* EXERCISE PROMPT: Write out the entries below exactly, from the first line to the one with "f 275 377 378", both ends included.
Start of MATERIAL FOR THIS EXERCISE
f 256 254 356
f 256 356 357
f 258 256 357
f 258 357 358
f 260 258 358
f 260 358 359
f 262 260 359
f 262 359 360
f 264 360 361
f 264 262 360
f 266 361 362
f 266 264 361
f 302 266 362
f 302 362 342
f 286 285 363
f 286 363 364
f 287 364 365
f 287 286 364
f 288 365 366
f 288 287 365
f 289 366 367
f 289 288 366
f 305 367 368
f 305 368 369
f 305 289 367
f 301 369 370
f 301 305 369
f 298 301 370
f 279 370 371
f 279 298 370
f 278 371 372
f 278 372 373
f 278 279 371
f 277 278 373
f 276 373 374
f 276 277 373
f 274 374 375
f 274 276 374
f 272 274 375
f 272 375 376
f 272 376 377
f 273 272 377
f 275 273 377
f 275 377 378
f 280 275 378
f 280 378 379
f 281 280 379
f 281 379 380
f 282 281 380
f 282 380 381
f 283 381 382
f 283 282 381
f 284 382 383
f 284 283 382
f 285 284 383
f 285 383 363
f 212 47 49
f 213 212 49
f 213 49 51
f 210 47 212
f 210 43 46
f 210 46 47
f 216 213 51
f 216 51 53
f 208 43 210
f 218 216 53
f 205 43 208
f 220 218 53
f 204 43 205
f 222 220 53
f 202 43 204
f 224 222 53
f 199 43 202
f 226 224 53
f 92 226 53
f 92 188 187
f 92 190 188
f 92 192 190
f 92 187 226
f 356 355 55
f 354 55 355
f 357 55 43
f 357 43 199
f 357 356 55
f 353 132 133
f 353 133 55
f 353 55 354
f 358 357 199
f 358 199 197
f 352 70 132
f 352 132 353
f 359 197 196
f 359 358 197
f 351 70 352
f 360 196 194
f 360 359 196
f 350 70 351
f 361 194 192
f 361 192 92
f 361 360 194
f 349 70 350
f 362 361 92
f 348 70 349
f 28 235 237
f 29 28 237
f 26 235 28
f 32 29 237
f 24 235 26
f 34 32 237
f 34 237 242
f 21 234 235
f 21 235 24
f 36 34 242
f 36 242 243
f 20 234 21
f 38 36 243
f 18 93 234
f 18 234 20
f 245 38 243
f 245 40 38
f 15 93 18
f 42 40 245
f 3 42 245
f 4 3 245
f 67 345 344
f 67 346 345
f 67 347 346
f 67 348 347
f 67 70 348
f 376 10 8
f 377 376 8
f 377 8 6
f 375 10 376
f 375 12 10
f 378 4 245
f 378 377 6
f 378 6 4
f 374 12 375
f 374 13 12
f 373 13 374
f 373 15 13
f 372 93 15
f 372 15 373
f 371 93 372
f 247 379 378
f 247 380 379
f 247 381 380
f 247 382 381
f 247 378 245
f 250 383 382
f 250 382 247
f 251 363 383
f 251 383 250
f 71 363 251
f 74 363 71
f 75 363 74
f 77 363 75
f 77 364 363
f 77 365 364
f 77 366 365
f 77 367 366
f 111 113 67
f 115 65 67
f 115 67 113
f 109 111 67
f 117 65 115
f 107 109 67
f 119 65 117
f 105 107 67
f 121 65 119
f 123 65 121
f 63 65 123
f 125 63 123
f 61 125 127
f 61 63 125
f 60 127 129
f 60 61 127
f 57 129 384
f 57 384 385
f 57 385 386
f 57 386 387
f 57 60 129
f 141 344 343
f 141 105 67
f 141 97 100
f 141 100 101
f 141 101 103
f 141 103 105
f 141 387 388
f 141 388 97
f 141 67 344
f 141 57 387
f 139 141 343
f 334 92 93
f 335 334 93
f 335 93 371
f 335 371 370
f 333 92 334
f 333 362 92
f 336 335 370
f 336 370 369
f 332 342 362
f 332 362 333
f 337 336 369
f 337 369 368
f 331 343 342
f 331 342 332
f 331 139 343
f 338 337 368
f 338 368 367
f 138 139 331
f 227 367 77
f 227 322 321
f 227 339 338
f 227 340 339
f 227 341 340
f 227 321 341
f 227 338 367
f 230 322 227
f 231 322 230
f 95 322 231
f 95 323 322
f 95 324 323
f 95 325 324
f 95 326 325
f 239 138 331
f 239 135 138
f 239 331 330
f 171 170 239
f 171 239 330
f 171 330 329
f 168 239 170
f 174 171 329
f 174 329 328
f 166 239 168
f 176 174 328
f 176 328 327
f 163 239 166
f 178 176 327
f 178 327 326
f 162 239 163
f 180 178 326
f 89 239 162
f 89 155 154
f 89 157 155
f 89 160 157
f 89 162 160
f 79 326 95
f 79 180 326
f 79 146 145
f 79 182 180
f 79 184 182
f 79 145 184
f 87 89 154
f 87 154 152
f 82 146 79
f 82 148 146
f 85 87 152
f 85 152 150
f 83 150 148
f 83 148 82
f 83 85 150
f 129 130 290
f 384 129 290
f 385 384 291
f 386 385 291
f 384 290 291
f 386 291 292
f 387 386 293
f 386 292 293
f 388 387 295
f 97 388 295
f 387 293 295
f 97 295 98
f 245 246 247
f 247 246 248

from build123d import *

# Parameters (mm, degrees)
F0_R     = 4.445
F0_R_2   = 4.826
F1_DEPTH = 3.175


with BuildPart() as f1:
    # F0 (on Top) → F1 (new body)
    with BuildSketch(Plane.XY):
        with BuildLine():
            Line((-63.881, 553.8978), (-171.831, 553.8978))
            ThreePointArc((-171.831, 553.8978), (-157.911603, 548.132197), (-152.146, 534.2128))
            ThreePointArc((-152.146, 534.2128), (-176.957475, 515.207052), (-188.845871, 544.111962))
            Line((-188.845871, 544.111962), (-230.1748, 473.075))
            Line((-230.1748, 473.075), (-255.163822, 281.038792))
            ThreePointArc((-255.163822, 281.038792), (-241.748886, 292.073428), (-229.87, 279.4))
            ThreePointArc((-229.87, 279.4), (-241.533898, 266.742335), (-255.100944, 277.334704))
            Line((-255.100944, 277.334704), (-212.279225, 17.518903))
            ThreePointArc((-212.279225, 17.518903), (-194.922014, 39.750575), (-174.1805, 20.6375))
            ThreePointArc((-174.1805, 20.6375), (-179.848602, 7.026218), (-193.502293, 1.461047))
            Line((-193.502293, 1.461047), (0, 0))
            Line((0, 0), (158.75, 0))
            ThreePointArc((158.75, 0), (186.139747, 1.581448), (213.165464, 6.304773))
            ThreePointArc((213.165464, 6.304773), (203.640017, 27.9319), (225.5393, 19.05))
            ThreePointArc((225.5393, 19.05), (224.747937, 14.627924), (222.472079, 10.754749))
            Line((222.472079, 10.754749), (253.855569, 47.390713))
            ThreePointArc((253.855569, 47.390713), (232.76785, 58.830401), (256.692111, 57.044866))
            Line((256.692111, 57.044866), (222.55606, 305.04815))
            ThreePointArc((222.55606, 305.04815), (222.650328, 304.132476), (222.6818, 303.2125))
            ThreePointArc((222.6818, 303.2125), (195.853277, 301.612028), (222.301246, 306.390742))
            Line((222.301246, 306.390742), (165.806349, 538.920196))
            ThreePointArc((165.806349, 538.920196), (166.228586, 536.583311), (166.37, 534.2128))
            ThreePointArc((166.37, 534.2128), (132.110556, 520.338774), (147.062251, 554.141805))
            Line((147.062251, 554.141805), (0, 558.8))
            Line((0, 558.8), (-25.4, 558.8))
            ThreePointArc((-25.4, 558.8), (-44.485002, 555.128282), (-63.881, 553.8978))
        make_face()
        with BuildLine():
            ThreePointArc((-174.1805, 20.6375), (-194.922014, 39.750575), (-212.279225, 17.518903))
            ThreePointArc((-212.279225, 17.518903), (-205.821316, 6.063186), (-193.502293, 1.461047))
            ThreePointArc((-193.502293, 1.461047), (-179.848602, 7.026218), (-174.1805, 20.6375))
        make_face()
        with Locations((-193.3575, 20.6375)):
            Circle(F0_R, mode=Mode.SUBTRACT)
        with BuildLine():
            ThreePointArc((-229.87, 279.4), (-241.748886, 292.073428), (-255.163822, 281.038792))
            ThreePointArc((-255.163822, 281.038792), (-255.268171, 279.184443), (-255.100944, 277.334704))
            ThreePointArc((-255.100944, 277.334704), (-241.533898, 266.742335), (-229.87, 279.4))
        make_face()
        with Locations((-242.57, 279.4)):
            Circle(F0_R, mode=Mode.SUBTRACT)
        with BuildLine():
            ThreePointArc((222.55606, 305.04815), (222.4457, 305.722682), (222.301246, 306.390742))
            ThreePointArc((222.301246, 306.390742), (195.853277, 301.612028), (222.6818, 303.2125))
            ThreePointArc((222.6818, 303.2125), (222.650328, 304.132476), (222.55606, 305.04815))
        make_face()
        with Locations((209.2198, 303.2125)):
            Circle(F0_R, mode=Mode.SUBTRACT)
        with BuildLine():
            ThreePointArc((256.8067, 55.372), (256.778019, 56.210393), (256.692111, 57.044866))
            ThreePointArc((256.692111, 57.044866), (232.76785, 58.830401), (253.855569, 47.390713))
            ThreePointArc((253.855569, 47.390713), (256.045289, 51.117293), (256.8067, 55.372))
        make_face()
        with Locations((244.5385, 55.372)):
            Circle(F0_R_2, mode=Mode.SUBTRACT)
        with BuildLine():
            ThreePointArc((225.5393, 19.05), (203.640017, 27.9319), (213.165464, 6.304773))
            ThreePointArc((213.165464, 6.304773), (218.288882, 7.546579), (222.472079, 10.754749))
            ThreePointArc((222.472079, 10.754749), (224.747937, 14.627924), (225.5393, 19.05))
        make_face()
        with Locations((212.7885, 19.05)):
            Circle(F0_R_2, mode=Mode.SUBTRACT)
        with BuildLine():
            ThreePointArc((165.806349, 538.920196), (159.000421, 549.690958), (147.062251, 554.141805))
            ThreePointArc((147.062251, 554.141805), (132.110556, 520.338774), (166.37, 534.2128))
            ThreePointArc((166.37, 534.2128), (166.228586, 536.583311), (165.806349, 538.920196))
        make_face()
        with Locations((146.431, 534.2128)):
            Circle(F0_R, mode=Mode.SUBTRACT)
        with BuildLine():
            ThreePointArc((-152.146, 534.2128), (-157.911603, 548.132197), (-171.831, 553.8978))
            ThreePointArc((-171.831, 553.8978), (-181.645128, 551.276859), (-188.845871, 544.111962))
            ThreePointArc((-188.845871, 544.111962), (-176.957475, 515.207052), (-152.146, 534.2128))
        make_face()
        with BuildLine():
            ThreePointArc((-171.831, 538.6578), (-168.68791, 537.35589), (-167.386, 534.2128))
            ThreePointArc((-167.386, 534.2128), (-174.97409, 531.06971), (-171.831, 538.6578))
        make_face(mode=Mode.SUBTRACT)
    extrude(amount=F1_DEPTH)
End of MATERIAL FOR THIS EXERCISE
* REPLY TO THE TASK:
f 256 254 356
f 256 356 357
f 258 256 357
f 258 357 358
f 260 258 358
f 260 358 359
f 262 260 359
f 262 359 360
f 264 360 361
f 264 262 360
f 266 361 362
f 266 264 361
f 302 266 362
f 302 362 342
f 286 285 363
f 286 363 364
f 287 364 365
f 287 286 364
f 288 365 366
f 288 287 365
f 289 366 367
f 289 288 366
f 305 367 368
f 305 368 369
f 305 289 367
f 301 369 370
f 301 305 369
f 298 301 370
f 279 370 371
f 279 298 370
f 278 371 372
f 278 372 373
f 278 279 371
f 277 278 373
f 276 373 374
f 276 277 373
f 274 374 375
f 274 276 374
f 272 274 375
f 272 375 376
f 272 376 377
f 273 272 377
f 275 273 377
f 275 377 378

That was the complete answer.